More gifts from locals…Pistachios for the boys…Get in!!!!!!!!!!!!!


Free water melon, oranges and ki-wi’s too…Decided to eat these in a park to relax


Mouthwatering stuff….not bad watermelon either!!!!!!!!


Not every day you see a Camel crossing…….


Mike and Paul wait while Brian checks out accommodation options

 
Brian speaks candidly about “camping spots”


No Country for old Men


Baton down the hatches ….Stormy night in the desert means that we build up walls..Nice job Brian (and not a builder’s crack nor a spirit level in sight)


Cosytown…..fire…good food, craic and totally alone in the middle of Iranian desert…Perfect!!!!!!!!


Brian …those sardines are bubbling….


Middle of the desert …….Sardines on Toast …Delicious!!


…..but they are so dreamy!!!!

 

Kerman – Rafsanjan (109km)

Day 87: Kerman – Rafsanjan (109km) -Distance travelled so far 4,405km “The Iranian bleakness, the Iranian hospitality…and the matter of The Mosques”

We reached Kerman in Iran around 6pm feeling pretty shattered from the long stop/startish bus ride from Zahedan.
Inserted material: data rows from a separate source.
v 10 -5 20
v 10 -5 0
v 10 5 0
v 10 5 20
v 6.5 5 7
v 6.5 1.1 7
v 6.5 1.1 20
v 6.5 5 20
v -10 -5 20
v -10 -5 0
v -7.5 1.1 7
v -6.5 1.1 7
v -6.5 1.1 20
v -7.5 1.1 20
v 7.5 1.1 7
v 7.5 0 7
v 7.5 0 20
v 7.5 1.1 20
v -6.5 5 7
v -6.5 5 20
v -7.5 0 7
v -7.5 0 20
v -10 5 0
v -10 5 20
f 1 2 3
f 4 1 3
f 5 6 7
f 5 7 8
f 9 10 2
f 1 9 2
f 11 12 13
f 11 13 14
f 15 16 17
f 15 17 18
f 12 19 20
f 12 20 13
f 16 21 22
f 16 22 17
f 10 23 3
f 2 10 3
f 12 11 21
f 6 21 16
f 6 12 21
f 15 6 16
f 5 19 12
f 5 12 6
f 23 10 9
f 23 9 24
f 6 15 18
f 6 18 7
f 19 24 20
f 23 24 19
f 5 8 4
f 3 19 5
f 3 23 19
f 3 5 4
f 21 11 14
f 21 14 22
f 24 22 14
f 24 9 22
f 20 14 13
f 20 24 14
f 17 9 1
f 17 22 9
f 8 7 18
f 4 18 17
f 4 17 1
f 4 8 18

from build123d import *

# Parameters (mm, degrees)
SKETCH1_W               = 20
SKETCH1_H               = 10
BOSS_EXTRUDE1_DEPTH     = 20
CUT_EXTRUDE1_DEPTH      = 23.912878475
CUT_EXTRUDE1_DEPTH_BACK = 13


with BuildPart() as part:
    # Sketch1 → Boss-Extrude1 (new body)
    with BuildSketch(Plane.XY):
        Rectangle(SKETCH1_W, SKETCH1_H)
    extrude(amount=BOSS_EXTRUDE1_DEPTH)

    # Sketch2 → Cut-Extrude1 (cut, two sides: drawn at the far end of the back side and taken through both)
    with BuildSketch(Plane.XY.offset(20).offset(-CUT_EXTRUDE1_DEPTH_BACK)):
        Polygon((-6.5, 53.587562763), (-6.5, 5), (-6.5, 1.1), (-7.5, 1.1), (-7.5, 0), (0, 0), (7.5, 0), (7.5, 1.1), (6.5, 1.1), (6.5, 5), (6.5, 53.587562763), (6.5, 150.762688289), (-6.5, 150.762688289), align=None)
    extrude(amount=CUT_EXTRUDE1_DEPTH + CUT_EXTRUDE1_DEPTH_BACK, mode=Mode.SUBTRACT)


solid = part.part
We thankfully found nice lodgings Guesthouse Milad….Aghhh…Beds at last….Zzzz….

Tomorrow, we will take a day off, to recouperate and catch up on emails and general correspondance….
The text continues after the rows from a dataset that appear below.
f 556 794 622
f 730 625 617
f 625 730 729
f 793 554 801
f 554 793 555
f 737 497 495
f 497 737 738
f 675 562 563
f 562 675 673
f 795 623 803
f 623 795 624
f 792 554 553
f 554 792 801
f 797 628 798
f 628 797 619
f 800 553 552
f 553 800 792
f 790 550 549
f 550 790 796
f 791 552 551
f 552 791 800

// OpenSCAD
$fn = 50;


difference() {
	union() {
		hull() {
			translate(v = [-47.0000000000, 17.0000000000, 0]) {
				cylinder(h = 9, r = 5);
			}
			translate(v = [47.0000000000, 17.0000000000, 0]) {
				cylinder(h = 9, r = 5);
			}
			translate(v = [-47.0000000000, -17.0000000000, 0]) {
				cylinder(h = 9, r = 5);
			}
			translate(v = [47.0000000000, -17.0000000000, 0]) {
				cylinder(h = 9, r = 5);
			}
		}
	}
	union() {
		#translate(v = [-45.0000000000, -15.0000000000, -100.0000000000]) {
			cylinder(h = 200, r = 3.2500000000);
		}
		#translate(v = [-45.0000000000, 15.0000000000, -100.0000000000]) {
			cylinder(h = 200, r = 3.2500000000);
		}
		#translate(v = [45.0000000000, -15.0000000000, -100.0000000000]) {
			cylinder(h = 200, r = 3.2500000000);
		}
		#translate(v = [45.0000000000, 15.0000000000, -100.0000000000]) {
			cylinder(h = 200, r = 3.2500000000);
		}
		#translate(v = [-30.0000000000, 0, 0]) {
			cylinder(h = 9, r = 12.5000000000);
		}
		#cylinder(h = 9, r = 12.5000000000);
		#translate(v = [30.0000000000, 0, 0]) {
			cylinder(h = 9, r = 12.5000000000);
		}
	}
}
Kerman is a fairly big place with a decent amount of grocery stores and plenty of Kebab shops (and we are not even in Turkey yet!!)…There is no shortage of bread, cheeses and confectionaries here. Water is also drinkable in many parts which cuts down our expenditure on bottled water….


Enjoying a nice meal with some fairly static locals


A problem shared, is a problem halved

We met this guy on the morning we departed Kerman. He spoke of his woes and asked us some pretty deep questions (for 7am) such as;

1) What is the secret to happiness?

2) How do make my wife happy?

3) Does money bring me happiness?

After he kissed Mike on the neck, he took some of our words of wisdom on board, ie; (that he should hug/kiss his wife a little more ofter). We then made a swift exit from the guesthouse parking lot and onwards on our journey into the heart of The Islamic Republic of Iran (our 7th country)…..Its a good day, temparature 25 celcuis, with slight gusts moving down from the North….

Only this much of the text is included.